Ethylene-propylene block copolymer with an absorbance ratio A720/A731 of 731cm- ¹ of 0.5 or more or 50% of the above ethylene-propylene block copolymer
An opaque sheet or film with a thickness of 1 mm or less made of a blend with a polyolefin resin containing the above is fixed on a support with a smooth surface and good heat resistance, and b. is heated and melted at a temperature above the melting point. , followed by rapid cooling and then separation from the support. 2 Ethylene content is 3-40%, melt flow index is 0.1-40g/10min, and 720cm- ¹
Ethylene-propylene block copolymer with an absorbance ratio A720/A731 of 731cm- ¹ of 0.5 or more or 50% of the above ethylene-propylene block copolymer
An opaque sheet or film with a thickness of 1 mm or less made of a blend of polyolefin resin containing the above is pasted and fixed on a support with a smooth surface and good heat resistance and transparency, and then heated at a temperature above the melting point.

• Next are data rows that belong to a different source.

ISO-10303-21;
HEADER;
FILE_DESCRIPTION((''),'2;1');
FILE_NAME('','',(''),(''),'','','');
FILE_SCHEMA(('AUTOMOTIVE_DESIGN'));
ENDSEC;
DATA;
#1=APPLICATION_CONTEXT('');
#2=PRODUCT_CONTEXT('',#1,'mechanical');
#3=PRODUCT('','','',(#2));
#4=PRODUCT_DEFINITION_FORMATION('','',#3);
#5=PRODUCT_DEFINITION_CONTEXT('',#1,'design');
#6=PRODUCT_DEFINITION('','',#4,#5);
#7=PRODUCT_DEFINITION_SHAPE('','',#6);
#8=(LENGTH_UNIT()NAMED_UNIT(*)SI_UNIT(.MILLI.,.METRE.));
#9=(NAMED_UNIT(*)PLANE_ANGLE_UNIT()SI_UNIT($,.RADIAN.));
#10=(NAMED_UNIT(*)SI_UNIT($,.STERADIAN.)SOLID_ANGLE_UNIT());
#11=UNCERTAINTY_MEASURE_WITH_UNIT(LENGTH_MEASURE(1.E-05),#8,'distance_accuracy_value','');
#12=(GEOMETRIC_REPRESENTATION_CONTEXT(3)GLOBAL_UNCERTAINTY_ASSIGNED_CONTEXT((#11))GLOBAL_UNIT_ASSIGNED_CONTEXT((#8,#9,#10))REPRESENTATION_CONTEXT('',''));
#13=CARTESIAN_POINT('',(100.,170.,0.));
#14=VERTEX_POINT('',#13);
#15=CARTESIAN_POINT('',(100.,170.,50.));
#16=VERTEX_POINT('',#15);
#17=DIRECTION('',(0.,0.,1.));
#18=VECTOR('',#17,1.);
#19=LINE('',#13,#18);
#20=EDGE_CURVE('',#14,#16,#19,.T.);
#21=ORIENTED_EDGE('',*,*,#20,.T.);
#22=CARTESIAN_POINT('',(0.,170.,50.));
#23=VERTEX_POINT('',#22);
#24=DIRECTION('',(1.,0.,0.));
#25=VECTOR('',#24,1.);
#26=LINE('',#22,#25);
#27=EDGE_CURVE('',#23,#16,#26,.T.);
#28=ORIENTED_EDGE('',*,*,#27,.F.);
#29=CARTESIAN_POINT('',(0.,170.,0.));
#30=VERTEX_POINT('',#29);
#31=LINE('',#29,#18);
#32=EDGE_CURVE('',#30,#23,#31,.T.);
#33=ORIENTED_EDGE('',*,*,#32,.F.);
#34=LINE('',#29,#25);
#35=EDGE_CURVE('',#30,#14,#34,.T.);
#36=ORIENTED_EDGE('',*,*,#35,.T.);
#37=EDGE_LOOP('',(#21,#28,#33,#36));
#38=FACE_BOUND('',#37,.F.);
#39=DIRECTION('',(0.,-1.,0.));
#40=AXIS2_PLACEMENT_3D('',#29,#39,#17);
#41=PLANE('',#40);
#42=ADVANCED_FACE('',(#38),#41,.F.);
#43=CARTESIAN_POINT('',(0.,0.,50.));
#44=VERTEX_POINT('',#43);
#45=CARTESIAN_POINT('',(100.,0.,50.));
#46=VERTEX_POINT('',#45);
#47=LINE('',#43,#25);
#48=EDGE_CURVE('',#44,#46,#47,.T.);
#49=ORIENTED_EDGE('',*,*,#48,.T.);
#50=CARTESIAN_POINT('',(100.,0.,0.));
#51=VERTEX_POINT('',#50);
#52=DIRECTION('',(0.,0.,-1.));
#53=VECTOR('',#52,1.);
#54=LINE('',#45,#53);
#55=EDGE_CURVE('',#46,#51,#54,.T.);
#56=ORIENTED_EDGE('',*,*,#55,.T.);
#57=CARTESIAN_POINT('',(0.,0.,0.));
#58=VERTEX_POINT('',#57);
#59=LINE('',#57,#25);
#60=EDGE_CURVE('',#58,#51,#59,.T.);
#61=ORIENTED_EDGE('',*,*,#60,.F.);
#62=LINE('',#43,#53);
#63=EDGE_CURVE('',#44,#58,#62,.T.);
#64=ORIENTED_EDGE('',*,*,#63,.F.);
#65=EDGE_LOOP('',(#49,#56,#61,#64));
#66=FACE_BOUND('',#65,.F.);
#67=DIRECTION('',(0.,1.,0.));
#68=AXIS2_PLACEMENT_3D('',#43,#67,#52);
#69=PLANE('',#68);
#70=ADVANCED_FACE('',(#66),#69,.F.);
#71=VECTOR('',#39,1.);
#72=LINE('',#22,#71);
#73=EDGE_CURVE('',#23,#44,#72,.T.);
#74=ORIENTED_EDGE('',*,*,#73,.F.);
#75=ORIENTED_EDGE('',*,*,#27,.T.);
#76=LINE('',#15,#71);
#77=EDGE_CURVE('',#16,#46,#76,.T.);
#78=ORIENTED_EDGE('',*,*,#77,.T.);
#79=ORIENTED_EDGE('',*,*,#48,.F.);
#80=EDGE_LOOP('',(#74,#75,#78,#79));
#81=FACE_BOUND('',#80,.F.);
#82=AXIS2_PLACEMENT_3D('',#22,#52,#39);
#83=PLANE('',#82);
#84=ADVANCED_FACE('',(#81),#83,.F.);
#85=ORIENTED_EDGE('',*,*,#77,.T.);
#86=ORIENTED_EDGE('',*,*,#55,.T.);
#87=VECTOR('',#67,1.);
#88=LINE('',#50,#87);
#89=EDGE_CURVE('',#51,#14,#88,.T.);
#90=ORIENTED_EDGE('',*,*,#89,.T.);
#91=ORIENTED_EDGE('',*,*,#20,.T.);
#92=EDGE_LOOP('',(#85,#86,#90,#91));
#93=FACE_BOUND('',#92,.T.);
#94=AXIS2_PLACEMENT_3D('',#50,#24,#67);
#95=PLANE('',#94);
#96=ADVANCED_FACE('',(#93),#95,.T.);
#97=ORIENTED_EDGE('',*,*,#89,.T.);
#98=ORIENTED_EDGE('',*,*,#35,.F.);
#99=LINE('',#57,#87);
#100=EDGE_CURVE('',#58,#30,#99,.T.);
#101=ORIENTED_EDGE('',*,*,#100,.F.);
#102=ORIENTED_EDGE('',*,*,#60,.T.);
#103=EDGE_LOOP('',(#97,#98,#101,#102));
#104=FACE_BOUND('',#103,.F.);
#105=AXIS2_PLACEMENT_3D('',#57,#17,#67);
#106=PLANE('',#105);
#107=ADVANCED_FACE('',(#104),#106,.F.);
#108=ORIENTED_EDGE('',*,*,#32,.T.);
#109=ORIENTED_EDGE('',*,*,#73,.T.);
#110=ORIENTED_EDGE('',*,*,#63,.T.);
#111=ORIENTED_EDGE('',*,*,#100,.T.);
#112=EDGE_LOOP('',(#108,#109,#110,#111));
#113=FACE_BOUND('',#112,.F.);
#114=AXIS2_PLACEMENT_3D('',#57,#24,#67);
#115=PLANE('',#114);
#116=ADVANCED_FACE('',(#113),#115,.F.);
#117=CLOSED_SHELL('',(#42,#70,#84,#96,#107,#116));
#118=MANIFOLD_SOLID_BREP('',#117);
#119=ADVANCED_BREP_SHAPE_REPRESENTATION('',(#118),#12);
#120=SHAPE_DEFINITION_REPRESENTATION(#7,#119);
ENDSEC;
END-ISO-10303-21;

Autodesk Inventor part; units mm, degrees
ref_plane "YZ Plane" through (0, 0, 0) normal (1, 0, 0) x (0, 1, 0)
ref_plane "XZ Plane" through (0, 0, 0) normal (0, 1, 0) x (-1, 0, 0)
ref_plane "XY Plane" through (0, 0, 0) normal (0, 0, 1) x (1, 0, 0)
sketch "Эскиз1" plane through (0, 0, 0) normal (1, 0, 0) x (0, 1, 0)
  line L0 (0, 0) -> (170, 0)
  line L1 (170, 0) -> (170, 50)
  line L2 (170, 50) -> (0, 50)
  line L3 (0, 50) -> (0, 0)
  dimension "d0" = 170
  dimension "d1" = 50
extrude "Выдавливание1" add sketch "Эскиз1" along normal blind 100
properties part number "КонтроллерСпинер" material "Пластик АБС"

A method for forming a sheet or film of an ethylene-propylene block copolymer, which is characterized by heating and melting the copolymer, followed by rapid cooling to make it transparent and forming a composite with a support. 3 Ethylene content is 3~40%, melt flow index is 0.1~40g/10min, and 720cm- ¹
Ethylene-propylene block copolymer with an absorbance ratio A720/A731 of 731cm- ¹ of 0.5 or more or 50% of the above ethylene-propylene block copolymer
After fixing an opaque ethylene-propylene block copolymer sheet or film with a thickness of 1 mm or less made of a blend with the polyolefin resin containing the above onto a support with a smooth surface and good heat resistance,
The sheet or film obtained by heating and melting at a temperature above the melting point and then cooling is heat-treated at a temperature above 70°C and below the melting point for a required period of time to improve impact resistance. A method for forming a sheet or film of an ethylene-propylene block copolymer, which is characterized by forming a sheet or film with excellent properties and high rigidity.